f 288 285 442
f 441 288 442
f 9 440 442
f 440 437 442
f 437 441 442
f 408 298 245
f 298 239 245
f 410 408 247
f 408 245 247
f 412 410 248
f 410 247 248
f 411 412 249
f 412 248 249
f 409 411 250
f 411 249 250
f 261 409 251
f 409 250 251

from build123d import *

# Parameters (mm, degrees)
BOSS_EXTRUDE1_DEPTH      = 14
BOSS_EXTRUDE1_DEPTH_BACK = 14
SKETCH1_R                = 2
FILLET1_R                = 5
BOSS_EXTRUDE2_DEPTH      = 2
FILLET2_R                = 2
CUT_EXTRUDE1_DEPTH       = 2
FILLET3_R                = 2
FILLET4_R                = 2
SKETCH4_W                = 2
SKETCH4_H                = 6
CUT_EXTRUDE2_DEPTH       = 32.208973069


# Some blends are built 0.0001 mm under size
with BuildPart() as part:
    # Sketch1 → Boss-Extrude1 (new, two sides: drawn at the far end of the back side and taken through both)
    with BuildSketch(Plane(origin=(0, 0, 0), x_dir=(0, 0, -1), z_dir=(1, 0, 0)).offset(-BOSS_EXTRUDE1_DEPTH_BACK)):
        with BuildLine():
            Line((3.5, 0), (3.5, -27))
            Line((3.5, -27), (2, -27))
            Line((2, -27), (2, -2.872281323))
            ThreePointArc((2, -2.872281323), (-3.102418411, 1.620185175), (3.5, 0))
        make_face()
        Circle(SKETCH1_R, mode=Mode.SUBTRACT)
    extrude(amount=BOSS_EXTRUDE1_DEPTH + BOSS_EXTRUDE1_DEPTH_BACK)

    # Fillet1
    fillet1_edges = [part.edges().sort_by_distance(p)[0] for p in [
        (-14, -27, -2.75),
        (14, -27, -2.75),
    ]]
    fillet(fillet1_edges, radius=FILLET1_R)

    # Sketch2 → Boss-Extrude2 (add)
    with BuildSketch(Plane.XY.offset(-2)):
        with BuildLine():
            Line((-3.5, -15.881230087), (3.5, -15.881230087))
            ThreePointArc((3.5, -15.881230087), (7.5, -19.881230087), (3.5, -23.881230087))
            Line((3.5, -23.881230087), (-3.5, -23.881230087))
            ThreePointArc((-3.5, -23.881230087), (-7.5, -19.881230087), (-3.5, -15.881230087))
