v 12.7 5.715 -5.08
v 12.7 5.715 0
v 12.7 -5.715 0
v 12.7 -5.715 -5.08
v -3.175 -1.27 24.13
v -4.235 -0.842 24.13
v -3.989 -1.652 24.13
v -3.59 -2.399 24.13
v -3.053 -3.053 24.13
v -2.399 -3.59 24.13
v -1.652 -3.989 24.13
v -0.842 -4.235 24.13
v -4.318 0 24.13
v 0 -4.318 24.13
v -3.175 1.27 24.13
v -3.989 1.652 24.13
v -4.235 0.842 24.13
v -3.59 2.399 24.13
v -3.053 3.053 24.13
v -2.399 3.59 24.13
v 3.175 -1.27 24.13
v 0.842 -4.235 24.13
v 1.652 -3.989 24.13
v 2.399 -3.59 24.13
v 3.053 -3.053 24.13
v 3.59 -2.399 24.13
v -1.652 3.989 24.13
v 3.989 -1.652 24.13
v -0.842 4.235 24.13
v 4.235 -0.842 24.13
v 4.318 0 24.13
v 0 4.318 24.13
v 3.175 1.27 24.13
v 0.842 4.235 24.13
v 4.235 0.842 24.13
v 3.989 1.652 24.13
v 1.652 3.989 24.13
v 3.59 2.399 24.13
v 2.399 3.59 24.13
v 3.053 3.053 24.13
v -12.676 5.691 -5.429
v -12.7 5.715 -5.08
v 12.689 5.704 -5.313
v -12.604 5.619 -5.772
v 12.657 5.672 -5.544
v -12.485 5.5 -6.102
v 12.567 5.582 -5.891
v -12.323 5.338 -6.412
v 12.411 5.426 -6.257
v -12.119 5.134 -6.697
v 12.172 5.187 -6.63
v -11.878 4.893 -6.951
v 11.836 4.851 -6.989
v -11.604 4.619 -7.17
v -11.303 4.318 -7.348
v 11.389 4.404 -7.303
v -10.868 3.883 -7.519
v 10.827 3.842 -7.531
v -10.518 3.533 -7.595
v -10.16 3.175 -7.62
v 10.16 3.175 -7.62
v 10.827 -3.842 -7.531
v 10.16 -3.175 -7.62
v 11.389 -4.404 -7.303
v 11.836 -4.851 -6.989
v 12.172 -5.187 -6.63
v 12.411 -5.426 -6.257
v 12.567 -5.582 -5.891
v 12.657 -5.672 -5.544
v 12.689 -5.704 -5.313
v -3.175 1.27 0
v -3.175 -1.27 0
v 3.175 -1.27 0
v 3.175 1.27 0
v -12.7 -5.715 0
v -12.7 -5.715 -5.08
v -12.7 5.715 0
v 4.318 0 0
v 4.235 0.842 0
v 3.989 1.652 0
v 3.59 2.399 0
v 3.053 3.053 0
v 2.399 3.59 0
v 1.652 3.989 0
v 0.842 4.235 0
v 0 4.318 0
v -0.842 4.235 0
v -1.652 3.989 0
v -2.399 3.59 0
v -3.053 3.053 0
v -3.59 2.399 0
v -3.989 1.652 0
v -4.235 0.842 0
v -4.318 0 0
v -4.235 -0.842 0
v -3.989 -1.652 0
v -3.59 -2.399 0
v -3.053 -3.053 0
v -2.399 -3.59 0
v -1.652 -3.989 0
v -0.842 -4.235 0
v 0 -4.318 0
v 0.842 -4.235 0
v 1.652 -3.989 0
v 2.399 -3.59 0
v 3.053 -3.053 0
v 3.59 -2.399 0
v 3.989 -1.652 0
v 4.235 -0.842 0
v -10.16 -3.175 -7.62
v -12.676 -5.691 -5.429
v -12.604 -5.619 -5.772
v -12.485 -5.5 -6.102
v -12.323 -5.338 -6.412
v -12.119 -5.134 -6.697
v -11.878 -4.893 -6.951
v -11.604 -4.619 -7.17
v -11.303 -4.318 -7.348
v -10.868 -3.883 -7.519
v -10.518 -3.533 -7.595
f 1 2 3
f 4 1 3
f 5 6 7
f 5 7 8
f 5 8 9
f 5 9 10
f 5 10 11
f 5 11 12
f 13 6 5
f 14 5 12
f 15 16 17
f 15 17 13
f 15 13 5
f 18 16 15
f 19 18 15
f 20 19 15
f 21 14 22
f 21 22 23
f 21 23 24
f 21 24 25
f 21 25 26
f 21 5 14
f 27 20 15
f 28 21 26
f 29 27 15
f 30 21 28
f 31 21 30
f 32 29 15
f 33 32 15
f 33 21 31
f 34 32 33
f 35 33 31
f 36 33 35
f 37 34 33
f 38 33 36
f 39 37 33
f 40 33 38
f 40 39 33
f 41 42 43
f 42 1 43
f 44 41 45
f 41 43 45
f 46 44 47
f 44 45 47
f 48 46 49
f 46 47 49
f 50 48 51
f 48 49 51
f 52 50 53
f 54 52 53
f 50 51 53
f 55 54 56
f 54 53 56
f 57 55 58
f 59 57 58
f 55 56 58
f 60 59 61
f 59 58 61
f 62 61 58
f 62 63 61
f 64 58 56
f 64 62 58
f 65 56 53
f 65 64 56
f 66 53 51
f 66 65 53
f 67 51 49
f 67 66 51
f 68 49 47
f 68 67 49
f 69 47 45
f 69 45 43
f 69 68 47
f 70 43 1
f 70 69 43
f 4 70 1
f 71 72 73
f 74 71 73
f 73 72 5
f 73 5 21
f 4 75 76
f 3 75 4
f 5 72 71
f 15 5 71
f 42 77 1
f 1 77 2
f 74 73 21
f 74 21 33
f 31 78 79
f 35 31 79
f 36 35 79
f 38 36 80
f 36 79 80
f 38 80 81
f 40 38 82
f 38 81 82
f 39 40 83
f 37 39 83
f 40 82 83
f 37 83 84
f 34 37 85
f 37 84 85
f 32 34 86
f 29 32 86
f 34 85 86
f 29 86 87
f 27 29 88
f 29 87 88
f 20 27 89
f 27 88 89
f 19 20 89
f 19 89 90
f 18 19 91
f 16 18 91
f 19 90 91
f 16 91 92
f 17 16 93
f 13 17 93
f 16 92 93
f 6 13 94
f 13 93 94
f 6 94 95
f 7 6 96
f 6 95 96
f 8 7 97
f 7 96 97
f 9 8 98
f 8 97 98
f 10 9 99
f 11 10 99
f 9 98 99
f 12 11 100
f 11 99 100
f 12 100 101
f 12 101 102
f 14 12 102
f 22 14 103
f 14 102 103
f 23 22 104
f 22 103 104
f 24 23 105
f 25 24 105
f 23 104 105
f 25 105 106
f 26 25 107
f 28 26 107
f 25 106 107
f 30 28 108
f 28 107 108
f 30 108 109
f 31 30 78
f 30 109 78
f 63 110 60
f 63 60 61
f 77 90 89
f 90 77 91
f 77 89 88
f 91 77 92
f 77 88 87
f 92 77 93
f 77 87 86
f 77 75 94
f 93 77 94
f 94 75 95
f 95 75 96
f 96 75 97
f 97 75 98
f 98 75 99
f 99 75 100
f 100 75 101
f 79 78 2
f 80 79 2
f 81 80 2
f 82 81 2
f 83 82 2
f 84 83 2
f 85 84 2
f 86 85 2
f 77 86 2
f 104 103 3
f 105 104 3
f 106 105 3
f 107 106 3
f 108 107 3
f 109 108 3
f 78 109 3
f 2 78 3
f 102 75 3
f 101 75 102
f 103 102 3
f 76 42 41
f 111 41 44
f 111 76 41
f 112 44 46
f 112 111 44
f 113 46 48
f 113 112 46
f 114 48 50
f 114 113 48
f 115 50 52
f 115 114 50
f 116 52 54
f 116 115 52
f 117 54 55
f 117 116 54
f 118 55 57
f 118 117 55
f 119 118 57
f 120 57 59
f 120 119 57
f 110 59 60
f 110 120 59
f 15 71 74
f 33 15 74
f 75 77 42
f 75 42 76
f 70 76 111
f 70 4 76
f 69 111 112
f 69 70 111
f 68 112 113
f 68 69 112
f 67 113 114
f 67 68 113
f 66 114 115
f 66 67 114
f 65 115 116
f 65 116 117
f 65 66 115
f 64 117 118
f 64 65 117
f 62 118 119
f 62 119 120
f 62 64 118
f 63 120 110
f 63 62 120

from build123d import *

# Parameters (mm, degrees)
F0_R     = 4.318
F0_W     = 6.35
F0_H     = 2.54
F1_DEPTH = 24.13
F2_W     = 25.4
F2_H     = 11.43
F2_R     = 4.318
F2_W_2   = 6.35
F2_H_2   = 2.54
F3_DEPTH = 7.62
F4_R     = 2.54


with BuildPart() as f1:
    # F0 (on Top) → F1 (new body)
    with BuildSketch(Plane.XY):
        Circle(F0_R)
        Rectangle(F0_W, F0_H, mode=Mode.SUBTRACT)
    extrude(amount=F1_DEPTH)

    # F2 (on face) → F3 (join)
    with BuildSketch(Plane(origin=(0, 0, 0), x_dir=(1, 0, 0), z_dir=(0, 0, -1))):
        Rectangle(F2_W, F2_H)
        Circle(F2_R, mode=Mode.SUBTRACT)
        Circle(F2_R)
        Rectangle(F2_W_2, F2_H_2, mode=Mode.SUBTRACT)
        Rectangle(F2_W_2, F2_H_2)
    extrude(amount=F3_DEPTH)

    # F4
    f4_edges = [f1.edges().sort_by_distance(p)[0] for p in [
        (12.7, 0, -7.62),
        (0, -5.715, -7.62),
        (-12.7, 0, -7.62),
        (0, 5.715, -7.62),
    ]]
    fillet(f4_edges, radius=F4_R)


solid = f1.part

*Task requirements*
Look through the entries above and quote exactly the lines from the line with "f 440 437 442" to the line with "Line((2, -27), (2, -2.872281323))", counting both of those lines.

*Task solution*
f 440 437 442
f 437 441 442
f 408 298 245
f 298 239 245
f 410 408 247
f 408 245 247
f 412 410 248
f 410 247 248
f 411 412 249
f 412 248 249
f 409 411 250
f 411 249 250
f 261 409 251
f 409 250 251

from build123d import *

# Parameters (mm, degrees)
BOSS_EXTRUDE1_DEPTH      = 14
BOSS_EXTRUDE1_DEPTH_BACK = 14
SKETCH1_R                = 2
FILLET1_R                = 5
BOSS_EXTRUDE2_DEPTH      = 2
FILLET2_R                = 2
CUT_EXTRUDE1_DEPTH       = 2
FILLET3_R                = 2
FILLET4_R                = 2
SKETCH4_W                = 2
SKETCH4_H                = 6
CUT_EXTRUDE2_DEPTH       = 32.208973069


# Some blends are built 0.0001 mm under size
with BuildPart() as part:
    # Sketch1 → Boss-Extrude1 (new, two sides: drawn at the far end of the back side and taken through both)
    with BuildSketch(Plane(origin=(0, 0, 0), x_dir=(0, 0, -1), z_dir=(1, 0, 0)).offset(-BOSS_EXTRUDE1_DEPTH_BACK)):
        with BuildLine():
            Line((3.5, 0), (3.5, -27))
            Line((3.5, -27), (2, -27))
            Line((2, -27), (2, -2.872281323))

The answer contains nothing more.